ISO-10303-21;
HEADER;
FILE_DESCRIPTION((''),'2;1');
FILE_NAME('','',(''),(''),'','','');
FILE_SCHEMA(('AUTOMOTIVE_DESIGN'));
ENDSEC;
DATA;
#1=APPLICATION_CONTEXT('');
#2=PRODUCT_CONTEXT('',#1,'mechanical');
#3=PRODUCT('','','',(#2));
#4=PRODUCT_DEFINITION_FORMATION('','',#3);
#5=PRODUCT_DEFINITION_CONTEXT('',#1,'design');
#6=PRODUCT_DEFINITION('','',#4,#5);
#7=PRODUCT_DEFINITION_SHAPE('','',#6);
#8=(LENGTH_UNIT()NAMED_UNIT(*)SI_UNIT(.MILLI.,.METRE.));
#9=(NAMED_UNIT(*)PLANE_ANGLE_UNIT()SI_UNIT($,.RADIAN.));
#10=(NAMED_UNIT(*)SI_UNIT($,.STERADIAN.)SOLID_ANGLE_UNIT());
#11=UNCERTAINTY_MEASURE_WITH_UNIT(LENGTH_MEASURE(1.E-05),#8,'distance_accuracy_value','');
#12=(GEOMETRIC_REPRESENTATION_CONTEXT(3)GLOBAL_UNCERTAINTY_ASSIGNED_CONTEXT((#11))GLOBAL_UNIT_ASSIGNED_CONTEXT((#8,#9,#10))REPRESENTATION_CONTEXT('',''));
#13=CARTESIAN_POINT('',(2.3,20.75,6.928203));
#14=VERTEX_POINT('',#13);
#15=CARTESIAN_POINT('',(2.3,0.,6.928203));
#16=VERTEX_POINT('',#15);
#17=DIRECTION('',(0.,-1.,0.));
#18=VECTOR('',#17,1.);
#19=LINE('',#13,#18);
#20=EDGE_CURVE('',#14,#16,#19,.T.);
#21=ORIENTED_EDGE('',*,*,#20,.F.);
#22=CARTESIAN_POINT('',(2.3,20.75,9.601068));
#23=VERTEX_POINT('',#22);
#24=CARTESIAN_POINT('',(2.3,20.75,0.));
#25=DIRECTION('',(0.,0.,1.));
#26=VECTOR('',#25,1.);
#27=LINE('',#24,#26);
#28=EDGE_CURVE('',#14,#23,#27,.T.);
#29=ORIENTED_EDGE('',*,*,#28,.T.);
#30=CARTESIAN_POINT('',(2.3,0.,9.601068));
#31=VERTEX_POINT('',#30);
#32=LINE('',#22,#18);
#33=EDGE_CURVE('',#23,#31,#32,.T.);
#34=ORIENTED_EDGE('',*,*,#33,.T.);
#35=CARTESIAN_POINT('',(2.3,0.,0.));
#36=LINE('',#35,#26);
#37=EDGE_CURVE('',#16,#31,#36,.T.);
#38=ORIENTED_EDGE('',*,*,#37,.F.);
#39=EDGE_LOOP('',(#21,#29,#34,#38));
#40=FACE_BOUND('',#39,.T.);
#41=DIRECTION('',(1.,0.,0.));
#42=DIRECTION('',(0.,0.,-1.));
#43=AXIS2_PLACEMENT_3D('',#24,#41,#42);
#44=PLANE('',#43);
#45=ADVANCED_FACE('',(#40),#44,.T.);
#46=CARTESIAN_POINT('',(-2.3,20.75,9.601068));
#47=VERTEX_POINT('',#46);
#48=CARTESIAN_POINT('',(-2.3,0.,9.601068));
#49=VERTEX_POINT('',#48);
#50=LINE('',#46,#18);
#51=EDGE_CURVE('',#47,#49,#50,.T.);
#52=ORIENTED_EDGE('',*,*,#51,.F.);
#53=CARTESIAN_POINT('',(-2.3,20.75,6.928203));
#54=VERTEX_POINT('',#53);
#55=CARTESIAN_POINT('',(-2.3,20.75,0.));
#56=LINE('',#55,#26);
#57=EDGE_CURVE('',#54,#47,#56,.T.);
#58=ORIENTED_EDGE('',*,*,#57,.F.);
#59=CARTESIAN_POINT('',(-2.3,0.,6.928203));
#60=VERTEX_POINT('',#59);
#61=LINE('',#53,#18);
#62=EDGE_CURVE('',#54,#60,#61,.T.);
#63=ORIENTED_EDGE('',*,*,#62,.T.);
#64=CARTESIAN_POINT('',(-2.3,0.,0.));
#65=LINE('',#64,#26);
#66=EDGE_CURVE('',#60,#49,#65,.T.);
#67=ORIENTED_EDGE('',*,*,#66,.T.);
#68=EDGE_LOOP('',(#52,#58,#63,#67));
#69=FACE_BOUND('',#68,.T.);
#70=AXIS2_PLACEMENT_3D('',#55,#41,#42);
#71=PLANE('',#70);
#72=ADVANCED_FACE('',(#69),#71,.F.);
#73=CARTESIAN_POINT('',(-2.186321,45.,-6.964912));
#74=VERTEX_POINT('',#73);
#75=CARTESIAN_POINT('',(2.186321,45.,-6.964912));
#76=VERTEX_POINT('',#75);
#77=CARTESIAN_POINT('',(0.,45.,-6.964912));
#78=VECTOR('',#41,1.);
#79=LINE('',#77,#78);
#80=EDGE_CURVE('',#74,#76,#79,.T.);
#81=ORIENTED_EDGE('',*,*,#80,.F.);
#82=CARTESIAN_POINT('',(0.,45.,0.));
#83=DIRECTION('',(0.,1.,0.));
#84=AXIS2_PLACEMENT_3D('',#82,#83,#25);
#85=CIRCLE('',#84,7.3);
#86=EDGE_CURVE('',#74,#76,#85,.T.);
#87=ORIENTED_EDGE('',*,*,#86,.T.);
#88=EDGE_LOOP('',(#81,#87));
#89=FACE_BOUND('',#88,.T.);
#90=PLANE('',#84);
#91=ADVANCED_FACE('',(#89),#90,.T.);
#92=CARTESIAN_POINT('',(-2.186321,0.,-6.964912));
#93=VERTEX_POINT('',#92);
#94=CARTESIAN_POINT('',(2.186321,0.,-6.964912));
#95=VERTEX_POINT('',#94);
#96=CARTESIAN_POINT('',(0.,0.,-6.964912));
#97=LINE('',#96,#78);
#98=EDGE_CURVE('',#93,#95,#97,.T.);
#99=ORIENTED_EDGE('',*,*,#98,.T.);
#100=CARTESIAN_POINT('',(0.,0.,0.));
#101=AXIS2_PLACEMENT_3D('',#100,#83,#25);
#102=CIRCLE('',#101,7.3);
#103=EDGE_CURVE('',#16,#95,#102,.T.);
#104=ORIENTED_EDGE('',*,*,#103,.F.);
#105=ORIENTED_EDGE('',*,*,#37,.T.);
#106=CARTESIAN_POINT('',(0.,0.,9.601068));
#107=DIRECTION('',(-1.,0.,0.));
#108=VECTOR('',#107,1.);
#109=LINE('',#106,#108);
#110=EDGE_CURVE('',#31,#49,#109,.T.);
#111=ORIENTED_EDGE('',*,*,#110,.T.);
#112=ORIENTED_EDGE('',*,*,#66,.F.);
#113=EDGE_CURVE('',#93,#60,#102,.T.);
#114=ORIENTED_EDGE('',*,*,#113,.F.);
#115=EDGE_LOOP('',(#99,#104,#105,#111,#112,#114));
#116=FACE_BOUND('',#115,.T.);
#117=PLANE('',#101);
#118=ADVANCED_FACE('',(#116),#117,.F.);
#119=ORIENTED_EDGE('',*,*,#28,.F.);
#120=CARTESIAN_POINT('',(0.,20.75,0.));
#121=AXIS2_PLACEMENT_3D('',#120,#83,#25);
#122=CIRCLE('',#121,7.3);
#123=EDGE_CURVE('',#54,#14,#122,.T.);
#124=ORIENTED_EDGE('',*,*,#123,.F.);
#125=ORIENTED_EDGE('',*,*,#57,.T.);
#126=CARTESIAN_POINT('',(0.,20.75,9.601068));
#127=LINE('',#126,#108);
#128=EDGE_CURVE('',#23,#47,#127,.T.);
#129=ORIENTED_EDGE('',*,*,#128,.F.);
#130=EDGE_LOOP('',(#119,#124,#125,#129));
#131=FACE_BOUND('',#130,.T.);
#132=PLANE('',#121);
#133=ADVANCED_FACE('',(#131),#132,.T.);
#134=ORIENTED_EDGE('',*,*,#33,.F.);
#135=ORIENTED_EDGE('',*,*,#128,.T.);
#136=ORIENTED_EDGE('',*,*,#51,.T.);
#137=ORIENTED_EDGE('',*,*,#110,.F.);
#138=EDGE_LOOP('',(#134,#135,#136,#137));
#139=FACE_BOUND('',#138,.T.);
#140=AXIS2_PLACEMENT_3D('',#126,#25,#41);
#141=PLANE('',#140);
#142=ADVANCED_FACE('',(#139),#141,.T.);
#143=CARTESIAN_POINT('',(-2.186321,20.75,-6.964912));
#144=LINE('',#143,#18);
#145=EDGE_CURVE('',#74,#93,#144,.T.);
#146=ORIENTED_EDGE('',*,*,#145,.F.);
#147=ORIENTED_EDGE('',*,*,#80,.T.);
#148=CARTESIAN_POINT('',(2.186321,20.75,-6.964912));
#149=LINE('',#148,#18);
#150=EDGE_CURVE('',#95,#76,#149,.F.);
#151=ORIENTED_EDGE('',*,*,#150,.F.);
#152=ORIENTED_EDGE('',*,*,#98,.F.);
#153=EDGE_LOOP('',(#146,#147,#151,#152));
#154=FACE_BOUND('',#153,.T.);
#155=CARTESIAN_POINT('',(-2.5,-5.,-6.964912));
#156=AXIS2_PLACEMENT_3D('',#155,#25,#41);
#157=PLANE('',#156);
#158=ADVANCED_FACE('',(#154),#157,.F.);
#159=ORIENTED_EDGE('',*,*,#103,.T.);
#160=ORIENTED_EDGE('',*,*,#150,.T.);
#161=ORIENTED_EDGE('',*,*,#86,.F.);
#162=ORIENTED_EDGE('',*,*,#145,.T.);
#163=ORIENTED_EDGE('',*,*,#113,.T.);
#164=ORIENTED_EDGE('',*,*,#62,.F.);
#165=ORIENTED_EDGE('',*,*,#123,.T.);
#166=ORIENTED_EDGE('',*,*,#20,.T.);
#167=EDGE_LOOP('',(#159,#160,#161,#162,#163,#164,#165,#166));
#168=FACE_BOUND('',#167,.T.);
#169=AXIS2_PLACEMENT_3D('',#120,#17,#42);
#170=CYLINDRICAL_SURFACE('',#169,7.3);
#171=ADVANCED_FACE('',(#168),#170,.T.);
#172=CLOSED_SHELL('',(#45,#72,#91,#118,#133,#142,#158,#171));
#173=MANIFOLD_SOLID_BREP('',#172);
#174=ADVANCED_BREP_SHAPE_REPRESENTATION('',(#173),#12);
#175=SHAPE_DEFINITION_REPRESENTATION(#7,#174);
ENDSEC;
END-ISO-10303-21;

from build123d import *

# Parameters (mm, degrees)
BOSS_EXTRUDE1_DEPTH = 20.75
SKETCH2_R           = 7.3
BOSS_EXTRUDE2_DEPTH = 24.25
CUT_EXTRUDE1_DEPTH  = 50


with BuildPart() as part:
    # Sketch1 → Boss-Extrude1 (new body)
    with BuildSketch(Plane(origin=(0, 0, 0), x_dir=(1, 0, 0), z_dir=(0, 1, 0))):
        with BuildLine():
            Line((-2.3, -6.92820323), (-2.3, -9.601067812))
            Line((-2.3, -9.601067812), (2.3, -9.601067812))
            Line((2.3, -9.601067812), (2.3, -6.92820323))
            ThreePointArc((2.3, -6.92820323), (0, 7.3), (-2.3, -6.92820323))
        make_face()
    extrude(amount=BOSS_EXTRUDE1_DEPTH)

    # Sketch2 → Boss-Extrude2 (add)
    with BuildSketch(Plane(origin=(0, 20.75, 0), x_dir=(1, 0, 0), z_dir=(0, 1, 0))):
        with Locations(Location((0, 0, 0), (0, 0, 251.635051289))):
            Circle(SKETCH2_R)
    extrude(amount=BOSS_EXTRUDE2_DEPTH)

    # Sketch3 → Cut-Extrude1 (cut)
    with BuildSketch(Plane(origin=(0, 45, 0), x_dir=(1, 0, 0), z_dir=(0, 1, 0))):
        with BuildLine():
            Line((-2.5, 6.96491206), (2.5, 6.96491206))
            ThreePointArc((2.5, 6.96491206), (0, 7.4), (-2.5, 6.96491206))
        make_face()
    extrude(amount=-CUT_EXTRUDE1_DEPTH, mode=Mode.SUBTRACT)


solid = part.part
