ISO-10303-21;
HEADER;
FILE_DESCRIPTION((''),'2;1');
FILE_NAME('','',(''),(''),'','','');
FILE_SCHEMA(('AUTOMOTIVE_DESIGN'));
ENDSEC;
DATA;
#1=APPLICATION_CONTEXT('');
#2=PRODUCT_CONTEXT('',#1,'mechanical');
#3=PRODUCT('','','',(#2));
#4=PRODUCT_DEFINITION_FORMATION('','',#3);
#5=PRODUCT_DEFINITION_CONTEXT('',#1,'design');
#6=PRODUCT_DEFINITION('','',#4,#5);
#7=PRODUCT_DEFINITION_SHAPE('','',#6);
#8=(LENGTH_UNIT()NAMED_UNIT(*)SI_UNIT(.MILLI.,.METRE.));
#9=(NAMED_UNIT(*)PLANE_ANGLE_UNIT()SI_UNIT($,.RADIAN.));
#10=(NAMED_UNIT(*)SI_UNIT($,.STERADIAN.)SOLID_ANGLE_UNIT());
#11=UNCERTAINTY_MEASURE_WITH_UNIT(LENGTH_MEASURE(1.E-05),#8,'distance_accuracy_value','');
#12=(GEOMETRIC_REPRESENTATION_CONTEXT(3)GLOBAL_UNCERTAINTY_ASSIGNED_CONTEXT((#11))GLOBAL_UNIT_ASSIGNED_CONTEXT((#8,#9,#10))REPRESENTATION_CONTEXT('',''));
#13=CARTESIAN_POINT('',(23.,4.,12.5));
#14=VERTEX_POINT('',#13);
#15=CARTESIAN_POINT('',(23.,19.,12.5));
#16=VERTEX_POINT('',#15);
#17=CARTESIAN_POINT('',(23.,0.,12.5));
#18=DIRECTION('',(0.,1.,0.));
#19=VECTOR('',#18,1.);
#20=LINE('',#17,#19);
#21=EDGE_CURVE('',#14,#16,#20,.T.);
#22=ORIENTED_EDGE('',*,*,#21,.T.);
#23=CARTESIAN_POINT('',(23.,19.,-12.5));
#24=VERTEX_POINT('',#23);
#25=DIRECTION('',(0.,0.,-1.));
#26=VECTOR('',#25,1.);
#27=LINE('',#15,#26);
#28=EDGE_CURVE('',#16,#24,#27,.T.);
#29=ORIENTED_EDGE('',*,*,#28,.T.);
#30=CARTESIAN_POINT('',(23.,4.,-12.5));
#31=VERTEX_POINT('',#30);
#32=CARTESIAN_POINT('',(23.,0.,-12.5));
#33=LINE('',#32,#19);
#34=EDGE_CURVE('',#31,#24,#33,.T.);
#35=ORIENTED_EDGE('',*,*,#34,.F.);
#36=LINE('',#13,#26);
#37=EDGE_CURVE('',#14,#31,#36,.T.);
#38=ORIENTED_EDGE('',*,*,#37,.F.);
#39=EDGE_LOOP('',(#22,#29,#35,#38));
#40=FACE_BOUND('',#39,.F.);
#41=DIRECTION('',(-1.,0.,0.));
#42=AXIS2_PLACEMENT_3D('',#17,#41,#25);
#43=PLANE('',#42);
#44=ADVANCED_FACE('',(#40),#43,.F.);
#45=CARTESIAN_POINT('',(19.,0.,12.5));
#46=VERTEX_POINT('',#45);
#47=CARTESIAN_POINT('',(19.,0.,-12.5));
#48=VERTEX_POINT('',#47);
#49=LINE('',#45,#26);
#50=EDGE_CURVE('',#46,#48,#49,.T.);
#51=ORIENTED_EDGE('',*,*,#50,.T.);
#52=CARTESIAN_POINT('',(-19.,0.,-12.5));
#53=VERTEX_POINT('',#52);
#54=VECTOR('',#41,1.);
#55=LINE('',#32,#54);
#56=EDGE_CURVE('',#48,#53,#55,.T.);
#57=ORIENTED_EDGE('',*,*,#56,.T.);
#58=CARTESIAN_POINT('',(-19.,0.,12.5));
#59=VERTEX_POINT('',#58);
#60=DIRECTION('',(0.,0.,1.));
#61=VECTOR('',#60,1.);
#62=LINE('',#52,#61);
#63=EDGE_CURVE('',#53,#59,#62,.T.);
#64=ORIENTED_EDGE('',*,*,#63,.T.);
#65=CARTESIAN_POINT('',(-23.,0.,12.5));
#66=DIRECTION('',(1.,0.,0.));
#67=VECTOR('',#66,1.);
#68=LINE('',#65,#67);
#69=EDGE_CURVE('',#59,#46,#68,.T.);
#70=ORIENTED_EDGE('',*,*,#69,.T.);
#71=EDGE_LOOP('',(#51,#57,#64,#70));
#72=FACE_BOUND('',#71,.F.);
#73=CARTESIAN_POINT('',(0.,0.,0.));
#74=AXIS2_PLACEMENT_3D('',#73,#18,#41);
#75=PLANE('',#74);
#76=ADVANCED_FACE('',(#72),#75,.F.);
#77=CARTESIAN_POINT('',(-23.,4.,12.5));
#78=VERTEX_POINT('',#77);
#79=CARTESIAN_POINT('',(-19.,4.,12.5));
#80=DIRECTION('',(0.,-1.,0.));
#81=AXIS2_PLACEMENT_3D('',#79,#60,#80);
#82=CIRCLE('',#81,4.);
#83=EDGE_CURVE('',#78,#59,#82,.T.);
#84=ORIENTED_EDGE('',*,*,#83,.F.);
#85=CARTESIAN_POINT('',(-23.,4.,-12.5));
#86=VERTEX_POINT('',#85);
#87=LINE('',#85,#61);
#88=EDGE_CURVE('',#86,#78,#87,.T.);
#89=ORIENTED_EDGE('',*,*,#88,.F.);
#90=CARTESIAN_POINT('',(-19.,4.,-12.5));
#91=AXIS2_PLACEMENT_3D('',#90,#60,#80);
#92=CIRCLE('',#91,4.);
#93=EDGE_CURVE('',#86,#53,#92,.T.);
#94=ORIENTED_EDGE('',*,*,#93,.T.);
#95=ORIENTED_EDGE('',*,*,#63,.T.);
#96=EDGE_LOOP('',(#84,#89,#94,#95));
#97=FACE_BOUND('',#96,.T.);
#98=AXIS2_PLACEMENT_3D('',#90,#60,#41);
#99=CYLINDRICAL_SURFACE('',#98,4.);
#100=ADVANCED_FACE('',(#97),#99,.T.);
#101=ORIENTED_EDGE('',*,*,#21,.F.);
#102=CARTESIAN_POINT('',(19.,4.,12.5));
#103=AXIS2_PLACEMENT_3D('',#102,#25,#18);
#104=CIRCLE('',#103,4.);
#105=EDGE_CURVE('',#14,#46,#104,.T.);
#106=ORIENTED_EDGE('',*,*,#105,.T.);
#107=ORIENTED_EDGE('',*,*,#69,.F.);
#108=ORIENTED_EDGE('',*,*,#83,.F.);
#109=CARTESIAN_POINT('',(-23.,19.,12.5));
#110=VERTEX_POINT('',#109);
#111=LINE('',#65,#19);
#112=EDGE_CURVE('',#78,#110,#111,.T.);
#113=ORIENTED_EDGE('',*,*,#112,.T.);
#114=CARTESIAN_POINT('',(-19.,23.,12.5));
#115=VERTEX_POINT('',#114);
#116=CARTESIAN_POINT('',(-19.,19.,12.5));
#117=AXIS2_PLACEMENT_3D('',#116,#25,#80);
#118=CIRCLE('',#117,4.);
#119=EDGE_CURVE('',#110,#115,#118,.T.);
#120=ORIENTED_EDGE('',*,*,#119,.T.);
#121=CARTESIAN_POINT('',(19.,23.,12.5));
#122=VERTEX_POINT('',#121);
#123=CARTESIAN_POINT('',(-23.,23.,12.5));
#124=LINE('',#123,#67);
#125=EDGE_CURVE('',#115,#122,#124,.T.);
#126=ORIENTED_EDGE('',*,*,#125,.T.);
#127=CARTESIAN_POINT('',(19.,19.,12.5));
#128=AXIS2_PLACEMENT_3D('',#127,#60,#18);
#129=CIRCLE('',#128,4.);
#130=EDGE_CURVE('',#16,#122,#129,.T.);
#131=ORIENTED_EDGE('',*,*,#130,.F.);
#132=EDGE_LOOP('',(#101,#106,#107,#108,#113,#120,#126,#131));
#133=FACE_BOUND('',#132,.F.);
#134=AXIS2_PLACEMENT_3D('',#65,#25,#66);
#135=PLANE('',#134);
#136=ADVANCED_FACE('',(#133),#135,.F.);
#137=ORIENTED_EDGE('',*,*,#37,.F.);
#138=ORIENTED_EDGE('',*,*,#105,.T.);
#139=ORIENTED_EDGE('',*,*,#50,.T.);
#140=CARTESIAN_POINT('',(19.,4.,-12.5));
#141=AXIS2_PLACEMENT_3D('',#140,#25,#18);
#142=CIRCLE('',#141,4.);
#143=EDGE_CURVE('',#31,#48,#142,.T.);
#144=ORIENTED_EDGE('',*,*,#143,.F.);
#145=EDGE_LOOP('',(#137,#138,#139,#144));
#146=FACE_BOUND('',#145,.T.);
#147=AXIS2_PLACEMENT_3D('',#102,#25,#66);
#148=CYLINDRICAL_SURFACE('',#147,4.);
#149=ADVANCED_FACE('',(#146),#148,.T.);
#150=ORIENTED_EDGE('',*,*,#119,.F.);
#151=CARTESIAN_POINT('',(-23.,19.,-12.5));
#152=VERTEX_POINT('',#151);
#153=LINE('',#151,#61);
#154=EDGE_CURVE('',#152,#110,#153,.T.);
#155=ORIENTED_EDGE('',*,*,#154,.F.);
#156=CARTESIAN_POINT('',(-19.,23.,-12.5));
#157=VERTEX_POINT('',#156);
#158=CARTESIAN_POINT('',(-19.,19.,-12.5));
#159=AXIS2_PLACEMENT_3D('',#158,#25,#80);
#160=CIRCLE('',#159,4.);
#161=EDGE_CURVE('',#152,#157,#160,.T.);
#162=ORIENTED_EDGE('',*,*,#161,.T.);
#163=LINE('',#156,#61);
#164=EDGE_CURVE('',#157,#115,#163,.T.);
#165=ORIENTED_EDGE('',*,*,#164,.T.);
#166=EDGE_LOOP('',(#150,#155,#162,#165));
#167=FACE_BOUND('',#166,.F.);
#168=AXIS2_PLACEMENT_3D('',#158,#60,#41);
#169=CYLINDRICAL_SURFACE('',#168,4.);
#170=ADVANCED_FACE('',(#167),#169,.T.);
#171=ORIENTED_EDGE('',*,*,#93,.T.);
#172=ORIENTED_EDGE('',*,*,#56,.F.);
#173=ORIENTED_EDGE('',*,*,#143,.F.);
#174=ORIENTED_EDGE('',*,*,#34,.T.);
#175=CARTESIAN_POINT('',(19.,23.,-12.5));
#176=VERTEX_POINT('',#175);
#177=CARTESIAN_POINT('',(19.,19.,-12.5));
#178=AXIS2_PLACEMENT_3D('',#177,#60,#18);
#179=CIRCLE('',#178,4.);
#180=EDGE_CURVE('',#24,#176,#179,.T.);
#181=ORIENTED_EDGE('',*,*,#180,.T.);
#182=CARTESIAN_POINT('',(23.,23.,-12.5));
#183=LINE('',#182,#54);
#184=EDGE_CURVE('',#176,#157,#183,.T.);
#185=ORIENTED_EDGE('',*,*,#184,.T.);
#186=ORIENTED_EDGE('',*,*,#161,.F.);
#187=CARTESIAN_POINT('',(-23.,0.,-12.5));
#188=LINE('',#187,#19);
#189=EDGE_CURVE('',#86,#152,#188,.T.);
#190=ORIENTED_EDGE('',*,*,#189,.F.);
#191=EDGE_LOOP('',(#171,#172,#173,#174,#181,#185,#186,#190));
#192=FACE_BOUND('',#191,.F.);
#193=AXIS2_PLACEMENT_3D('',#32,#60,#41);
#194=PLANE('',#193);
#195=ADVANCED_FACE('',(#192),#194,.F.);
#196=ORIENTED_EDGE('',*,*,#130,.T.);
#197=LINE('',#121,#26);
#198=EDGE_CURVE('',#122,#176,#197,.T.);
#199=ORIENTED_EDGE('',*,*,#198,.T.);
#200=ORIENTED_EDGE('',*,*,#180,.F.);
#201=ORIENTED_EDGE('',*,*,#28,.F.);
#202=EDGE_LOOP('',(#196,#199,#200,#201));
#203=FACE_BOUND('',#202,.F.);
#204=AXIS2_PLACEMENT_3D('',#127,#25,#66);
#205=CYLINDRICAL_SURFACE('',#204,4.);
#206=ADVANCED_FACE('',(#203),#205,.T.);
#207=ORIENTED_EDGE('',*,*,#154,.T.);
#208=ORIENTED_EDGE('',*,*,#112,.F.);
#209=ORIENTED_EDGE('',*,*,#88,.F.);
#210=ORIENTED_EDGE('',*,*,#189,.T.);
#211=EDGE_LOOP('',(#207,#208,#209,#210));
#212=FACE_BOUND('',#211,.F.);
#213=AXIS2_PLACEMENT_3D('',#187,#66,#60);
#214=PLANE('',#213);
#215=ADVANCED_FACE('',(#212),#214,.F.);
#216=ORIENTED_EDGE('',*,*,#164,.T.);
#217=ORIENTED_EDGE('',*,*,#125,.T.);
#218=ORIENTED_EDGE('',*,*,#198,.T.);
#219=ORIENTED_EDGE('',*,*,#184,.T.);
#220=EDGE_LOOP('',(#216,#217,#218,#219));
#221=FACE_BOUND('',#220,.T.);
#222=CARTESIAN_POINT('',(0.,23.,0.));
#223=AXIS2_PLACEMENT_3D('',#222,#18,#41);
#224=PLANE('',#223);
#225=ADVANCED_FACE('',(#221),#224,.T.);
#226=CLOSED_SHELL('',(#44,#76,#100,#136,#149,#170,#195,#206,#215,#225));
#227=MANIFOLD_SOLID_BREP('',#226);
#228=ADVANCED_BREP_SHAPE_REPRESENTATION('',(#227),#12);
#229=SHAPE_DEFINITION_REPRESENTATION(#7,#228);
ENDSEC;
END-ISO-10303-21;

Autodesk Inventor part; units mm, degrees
ref_plane "YZ Plane" through (0, 0, 0) normal (1, 0, 0) x (0, 1, 0)
ref_plane "XZ Plane" through (0, 0, 0) normal (0, 1, 0) x (-1, 0, 0)
ref_plane "XY Plane" through (0, 0, 0) normal (0, 0, 1) x (1, 0, 0)
sketch "Sketch1" plane through (0, 0, 0) normal (0, 1, 0) x (-1, 0, 0)
  line L0 (23, 12.5) -> (-23, 12.5)
  line L1 (-23, 12.5) -> (-23, -12.5)
  line L2 (-23, -12.5) -> (23, -12.5)
  line L3 (23, -12.5) -> (23, 12.5)
  line L4 (23, 12.5) -> (-23, -12.5) construction
  line L5 (-23, 12.5) -> (23, -12.5) construction
  point P0 (0, 0)
  dimension "d0" = 46
  dimension "d1" = 25
extrude "Extrusion1" add sketch "Sketch1" along normal blind 23
fillet "Fillet1" radius 4 4 edges at (23, 23, 0) (23, 0, 0) (-23, 23, 0) (-23, 0, 0)
properties part number "BatteryV1"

- [Required work] Copy the lines above exactly, beginning at the line that has "#116=FACE_BOUND('',#115,.T.);" and stopping after the line that has "#160=ORIENTED_EDGE('',*,*,#150,.T.);", and omit the rest.

- [Solution to the problem]
#116=FACE_BOUND('',#115,.T.);
#117=PLANE('',#101);
#118=ADVANCED_FACE('',(#116),#117,.F.);
#119=ORIENTED_EDGE('',*,*,#28,.F.);
#120=CARTESIAN_POINT('',(0.,20.75,0.));
#121=AXIS2_PLACEMENT_3D('',#120,#83,#25);
#122=CIRCLE('',#121,7.3);
#123=EDGE_CURVE('',#54,#14,#122,.T.);
#124=ORIENTED_EDGE('',*,*,#123,.F.);
#125=ORIENTED_EDGE('',*,*,#57,.T.);
#126=CARTESIAN_POINT('',(0.,20.75,9.601068));
#127=LINE('',#126,#108);
#128=EDGE_CURVE('',#23,#47,#127,.T.);
#129=ORIENTED_EDGE('',*,*,#128,.F.);
#130=EDGE_LOOP('',(#119,#124,#125,#129));
#131=FACE_BOUND('',#130,.T.);
#132=PLANE('',#121);
#133=ADVANCED_FACE('',(#131),#132,.T.);
#134=ORIENTED_EDGE('',*,*,#33,.F.);
#135=ORIENTED_EDGE('',*,*,#128,.T.);
#136=ORIENTED_EDGE('',*,*,#51,.T.);
#137=ORIENTED_EDGE('',*,*,#110,.F.);
#138=EDGE_LOOP('',(#134,#135,#136,#137));
#139=FACE_BOUND('',#138,.T.);
#140=AXIS2_PLACEMENT_3D('',#126,#25,#41);
#141=PLANE('',#140);
#142=ADVANCED_FACE('',(#139),#141,.T.);
#143=CARTESIAN_POINT('',(-2.186321,20.75,-6.964912));
#144=LINE('',#143,#18);
#145=EDGE_CURVE('',#74,#93,#144,.T.);
#146=ORIENTED_EDGE('',*,*,#145,.F.);
#147=ORIENTED_EDGE('',*,*,#80,.T.);
#148=CARTESIAN_POINT('',(2.186321,20.75,-6.964912));
#149=LINE('',#148,#18);
#150=EDGE_CURVE('',#95,#76,#149,.F.);
#151=ORIENTED_EDGE('',*,*,#150,.F.);
#152=ORIENTED_EDGE('',*,*,#98,.F.);
#153=EDGE_LOOP('',(#146,#147,#151,#152));
#154=FACE_BOUND('',#153,.T.);
#155=CARTESIAN_POINT('',(-2.5,-5.,-6.964912));
#156=AXIS2_PLACEMENT_3D('',#155,#25,#41);
#157=PLANE('',#156);
#158=ADVANCED_FACE('',(#154),#157,.F.);
#159=ORIENTED_EDGE('',*,*,#103,.T.);
#160=ORIENTED_EDGE('',*,*,#150,.T.);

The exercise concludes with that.